- The task
Each line in the records below, from the one that contains "BOSS_EXTRUDE2_DEPTH = 12" to the one that contains "# Sketch4 → Cut-Extrude1 (cut)", should be reproduced exactly, the first and last included.

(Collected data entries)

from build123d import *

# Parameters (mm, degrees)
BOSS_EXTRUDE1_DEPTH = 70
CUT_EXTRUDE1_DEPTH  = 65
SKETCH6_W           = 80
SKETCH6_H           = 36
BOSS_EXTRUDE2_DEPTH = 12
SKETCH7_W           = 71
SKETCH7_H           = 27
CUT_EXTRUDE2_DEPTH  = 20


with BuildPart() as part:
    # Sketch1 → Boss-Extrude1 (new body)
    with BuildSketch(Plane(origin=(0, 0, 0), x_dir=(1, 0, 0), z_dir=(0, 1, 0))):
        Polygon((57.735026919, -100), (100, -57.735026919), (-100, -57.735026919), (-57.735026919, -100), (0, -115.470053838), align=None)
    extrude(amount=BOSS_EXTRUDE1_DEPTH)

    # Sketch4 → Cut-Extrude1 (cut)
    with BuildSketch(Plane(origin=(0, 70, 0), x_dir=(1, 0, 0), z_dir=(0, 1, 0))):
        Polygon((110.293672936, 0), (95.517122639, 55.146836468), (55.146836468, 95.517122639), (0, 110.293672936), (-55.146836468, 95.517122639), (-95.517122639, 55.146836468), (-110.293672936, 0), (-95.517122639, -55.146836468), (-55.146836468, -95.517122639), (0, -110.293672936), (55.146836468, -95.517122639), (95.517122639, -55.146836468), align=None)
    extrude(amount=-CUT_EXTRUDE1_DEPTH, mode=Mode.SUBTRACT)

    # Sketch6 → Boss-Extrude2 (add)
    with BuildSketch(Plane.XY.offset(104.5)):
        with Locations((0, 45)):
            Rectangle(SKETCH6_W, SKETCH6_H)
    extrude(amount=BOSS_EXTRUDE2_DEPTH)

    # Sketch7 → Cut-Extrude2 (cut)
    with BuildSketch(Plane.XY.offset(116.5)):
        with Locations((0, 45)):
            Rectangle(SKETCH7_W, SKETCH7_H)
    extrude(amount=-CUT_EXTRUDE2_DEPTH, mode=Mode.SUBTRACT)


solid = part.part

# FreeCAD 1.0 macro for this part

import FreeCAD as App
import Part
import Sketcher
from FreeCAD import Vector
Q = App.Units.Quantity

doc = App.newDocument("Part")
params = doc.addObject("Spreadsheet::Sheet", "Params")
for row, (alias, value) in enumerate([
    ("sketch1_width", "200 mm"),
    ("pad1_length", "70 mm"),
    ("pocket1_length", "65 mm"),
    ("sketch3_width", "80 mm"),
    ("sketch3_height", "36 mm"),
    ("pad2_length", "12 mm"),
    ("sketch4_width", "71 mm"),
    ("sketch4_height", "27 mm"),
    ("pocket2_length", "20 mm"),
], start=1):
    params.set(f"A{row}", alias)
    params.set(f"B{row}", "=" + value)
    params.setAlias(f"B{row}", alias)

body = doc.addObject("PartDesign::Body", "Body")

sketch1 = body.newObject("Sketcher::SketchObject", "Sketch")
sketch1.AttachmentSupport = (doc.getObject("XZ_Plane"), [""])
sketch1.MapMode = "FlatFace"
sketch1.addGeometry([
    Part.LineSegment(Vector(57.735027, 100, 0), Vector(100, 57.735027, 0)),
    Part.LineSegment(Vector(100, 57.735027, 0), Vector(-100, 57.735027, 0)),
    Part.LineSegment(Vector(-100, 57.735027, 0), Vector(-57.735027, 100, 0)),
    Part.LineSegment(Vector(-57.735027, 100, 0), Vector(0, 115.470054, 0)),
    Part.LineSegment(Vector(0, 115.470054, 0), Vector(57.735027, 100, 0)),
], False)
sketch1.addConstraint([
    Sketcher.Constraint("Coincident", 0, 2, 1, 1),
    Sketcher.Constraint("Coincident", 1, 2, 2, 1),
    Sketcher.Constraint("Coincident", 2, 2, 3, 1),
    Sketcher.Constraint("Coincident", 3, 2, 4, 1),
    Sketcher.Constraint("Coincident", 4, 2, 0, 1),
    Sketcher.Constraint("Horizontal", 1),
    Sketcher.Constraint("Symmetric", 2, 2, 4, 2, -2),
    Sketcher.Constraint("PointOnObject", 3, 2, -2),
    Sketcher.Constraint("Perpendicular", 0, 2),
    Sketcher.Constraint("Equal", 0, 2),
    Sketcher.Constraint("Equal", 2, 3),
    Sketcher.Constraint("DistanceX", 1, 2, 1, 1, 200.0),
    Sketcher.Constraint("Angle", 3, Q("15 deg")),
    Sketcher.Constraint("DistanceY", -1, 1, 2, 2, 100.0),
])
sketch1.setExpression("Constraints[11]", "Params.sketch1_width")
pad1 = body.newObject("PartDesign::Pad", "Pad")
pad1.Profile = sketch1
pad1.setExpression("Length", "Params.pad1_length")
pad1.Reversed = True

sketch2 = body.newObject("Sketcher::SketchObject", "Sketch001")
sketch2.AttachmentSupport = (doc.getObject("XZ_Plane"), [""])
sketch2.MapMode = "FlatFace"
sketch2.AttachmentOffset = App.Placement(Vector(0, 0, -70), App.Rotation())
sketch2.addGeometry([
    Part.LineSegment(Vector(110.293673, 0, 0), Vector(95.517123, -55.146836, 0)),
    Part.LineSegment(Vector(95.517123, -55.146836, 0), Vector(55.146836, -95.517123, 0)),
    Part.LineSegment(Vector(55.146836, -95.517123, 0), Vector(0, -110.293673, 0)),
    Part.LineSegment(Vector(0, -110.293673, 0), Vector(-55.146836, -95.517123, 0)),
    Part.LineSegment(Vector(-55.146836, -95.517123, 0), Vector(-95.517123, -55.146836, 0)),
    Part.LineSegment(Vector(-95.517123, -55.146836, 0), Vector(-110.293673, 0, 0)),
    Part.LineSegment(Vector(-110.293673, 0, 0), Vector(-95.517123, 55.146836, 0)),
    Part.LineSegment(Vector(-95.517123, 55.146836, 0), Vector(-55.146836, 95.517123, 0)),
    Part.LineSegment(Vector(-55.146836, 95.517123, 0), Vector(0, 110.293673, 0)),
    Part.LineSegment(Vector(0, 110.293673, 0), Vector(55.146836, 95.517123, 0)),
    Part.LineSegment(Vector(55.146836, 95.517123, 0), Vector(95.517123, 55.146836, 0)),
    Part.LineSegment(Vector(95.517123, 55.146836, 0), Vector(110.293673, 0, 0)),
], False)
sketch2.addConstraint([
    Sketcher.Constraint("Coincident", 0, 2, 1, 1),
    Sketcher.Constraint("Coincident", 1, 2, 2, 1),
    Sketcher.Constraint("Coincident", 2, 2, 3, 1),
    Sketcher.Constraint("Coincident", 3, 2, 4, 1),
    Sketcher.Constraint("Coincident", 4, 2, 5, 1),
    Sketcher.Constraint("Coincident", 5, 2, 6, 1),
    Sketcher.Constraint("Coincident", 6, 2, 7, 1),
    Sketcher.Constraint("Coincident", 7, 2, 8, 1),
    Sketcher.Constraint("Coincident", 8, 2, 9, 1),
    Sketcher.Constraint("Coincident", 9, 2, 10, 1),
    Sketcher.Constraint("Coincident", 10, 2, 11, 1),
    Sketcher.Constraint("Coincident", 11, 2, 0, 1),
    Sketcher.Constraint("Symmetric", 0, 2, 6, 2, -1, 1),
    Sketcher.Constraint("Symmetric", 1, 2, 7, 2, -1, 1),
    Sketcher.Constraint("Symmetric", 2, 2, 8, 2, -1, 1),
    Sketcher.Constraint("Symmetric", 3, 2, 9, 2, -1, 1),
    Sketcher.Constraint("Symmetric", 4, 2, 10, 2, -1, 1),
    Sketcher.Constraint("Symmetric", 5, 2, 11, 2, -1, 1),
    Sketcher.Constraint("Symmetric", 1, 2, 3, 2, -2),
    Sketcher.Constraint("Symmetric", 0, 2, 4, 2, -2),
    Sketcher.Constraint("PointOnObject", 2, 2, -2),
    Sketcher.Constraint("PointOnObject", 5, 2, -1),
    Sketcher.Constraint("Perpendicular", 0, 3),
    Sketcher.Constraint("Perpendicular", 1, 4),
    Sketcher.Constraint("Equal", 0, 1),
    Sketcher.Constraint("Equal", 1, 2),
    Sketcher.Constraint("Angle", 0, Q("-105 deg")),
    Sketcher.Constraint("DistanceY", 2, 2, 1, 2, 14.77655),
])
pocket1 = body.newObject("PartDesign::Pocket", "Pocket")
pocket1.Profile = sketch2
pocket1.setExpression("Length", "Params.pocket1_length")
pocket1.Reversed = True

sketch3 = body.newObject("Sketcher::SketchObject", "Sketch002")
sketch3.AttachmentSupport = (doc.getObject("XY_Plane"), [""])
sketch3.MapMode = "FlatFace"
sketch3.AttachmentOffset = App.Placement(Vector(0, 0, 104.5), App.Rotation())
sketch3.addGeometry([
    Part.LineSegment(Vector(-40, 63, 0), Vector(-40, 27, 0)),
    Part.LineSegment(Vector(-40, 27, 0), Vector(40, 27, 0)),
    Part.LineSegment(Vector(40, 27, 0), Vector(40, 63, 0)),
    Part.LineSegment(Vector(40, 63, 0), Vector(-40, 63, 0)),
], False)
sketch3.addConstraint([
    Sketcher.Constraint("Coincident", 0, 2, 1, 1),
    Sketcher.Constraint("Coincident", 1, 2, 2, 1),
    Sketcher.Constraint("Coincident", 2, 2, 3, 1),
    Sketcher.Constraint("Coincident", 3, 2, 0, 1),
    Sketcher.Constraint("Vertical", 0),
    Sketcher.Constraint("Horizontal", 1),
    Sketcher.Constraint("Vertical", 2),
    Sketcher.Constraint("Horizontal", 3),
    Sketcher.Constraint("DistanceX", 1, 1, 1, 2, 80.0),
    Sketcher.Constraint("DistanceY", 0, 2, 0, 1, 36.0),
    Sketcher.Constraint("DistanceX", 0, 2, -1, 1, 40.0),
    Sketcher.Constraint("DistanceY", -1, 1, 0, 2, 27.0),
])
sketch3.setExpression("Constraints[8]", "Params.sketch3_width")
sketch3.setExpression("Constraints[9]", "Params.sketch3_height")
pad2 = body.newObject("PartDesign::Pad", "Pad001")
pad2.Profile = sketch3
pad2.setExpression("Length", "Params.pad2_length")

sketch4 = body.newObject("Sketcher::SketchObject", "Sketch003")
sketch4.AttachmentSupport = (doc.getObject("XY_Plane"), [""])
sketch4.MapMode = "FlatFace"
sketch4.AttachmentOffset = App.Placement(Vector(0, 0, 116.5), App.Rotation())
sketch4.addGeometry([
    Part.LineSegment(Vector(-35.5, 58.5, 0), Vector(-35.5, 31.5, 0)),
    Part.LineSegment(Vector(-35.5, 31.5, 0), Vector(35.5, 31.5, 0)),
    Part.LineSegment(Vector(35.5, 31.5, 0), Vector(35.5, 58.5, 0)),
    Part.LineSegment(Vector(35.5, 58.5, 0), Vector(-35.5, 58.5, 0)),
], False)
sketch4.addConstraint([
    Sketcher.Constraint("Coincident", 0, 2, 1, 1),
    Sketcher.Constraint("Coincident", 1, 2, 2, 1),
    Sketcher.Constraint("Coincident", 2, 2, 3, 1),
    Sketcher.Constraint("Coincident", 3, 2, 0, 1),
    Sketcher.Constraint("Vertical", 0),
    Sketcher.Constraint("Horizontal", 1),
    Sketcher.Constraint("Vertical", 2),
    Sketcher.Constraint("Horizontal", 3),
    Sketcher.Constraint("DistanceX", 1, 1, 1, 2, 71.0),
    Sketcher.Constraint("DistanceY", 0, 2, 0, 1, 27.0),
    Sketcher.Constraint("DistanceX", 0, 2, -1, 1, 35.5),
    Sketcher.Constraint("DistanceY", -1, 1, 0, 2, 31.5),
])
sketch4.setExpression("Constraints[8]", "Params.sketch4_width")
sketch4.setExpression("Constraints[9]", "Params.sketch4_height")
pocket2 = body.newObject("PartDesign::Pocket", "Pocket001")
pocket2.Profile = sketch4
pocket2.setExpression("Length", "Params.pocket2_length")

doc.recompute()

- Response to the exercise
BOSS_EXTRUDE2_DEPTH = 12
SKETCH7_W           = 71
SKETCH7_H           = 27
CUT_EXTRUDE2_DEPTH  = 20


with BuildPart() as part:
    # Sketch1 → Boss-Extrude1 (new body)
    with BuildSketch(Plane(origin=(0, 0, 0), x_dir=(1, 0, 0), z_dir=(0, 1, 0))):
        Polygon((57.735026919, -100), (100, -57.735026919), (-100, -57.735026919), (-57.735026919, -100), (0, -115.470053838), align=None)
    extrude(amount=BOSS_EXTRUDE1_DEPTH)

    # Sketch4 → Cut-Extrude1 (cut)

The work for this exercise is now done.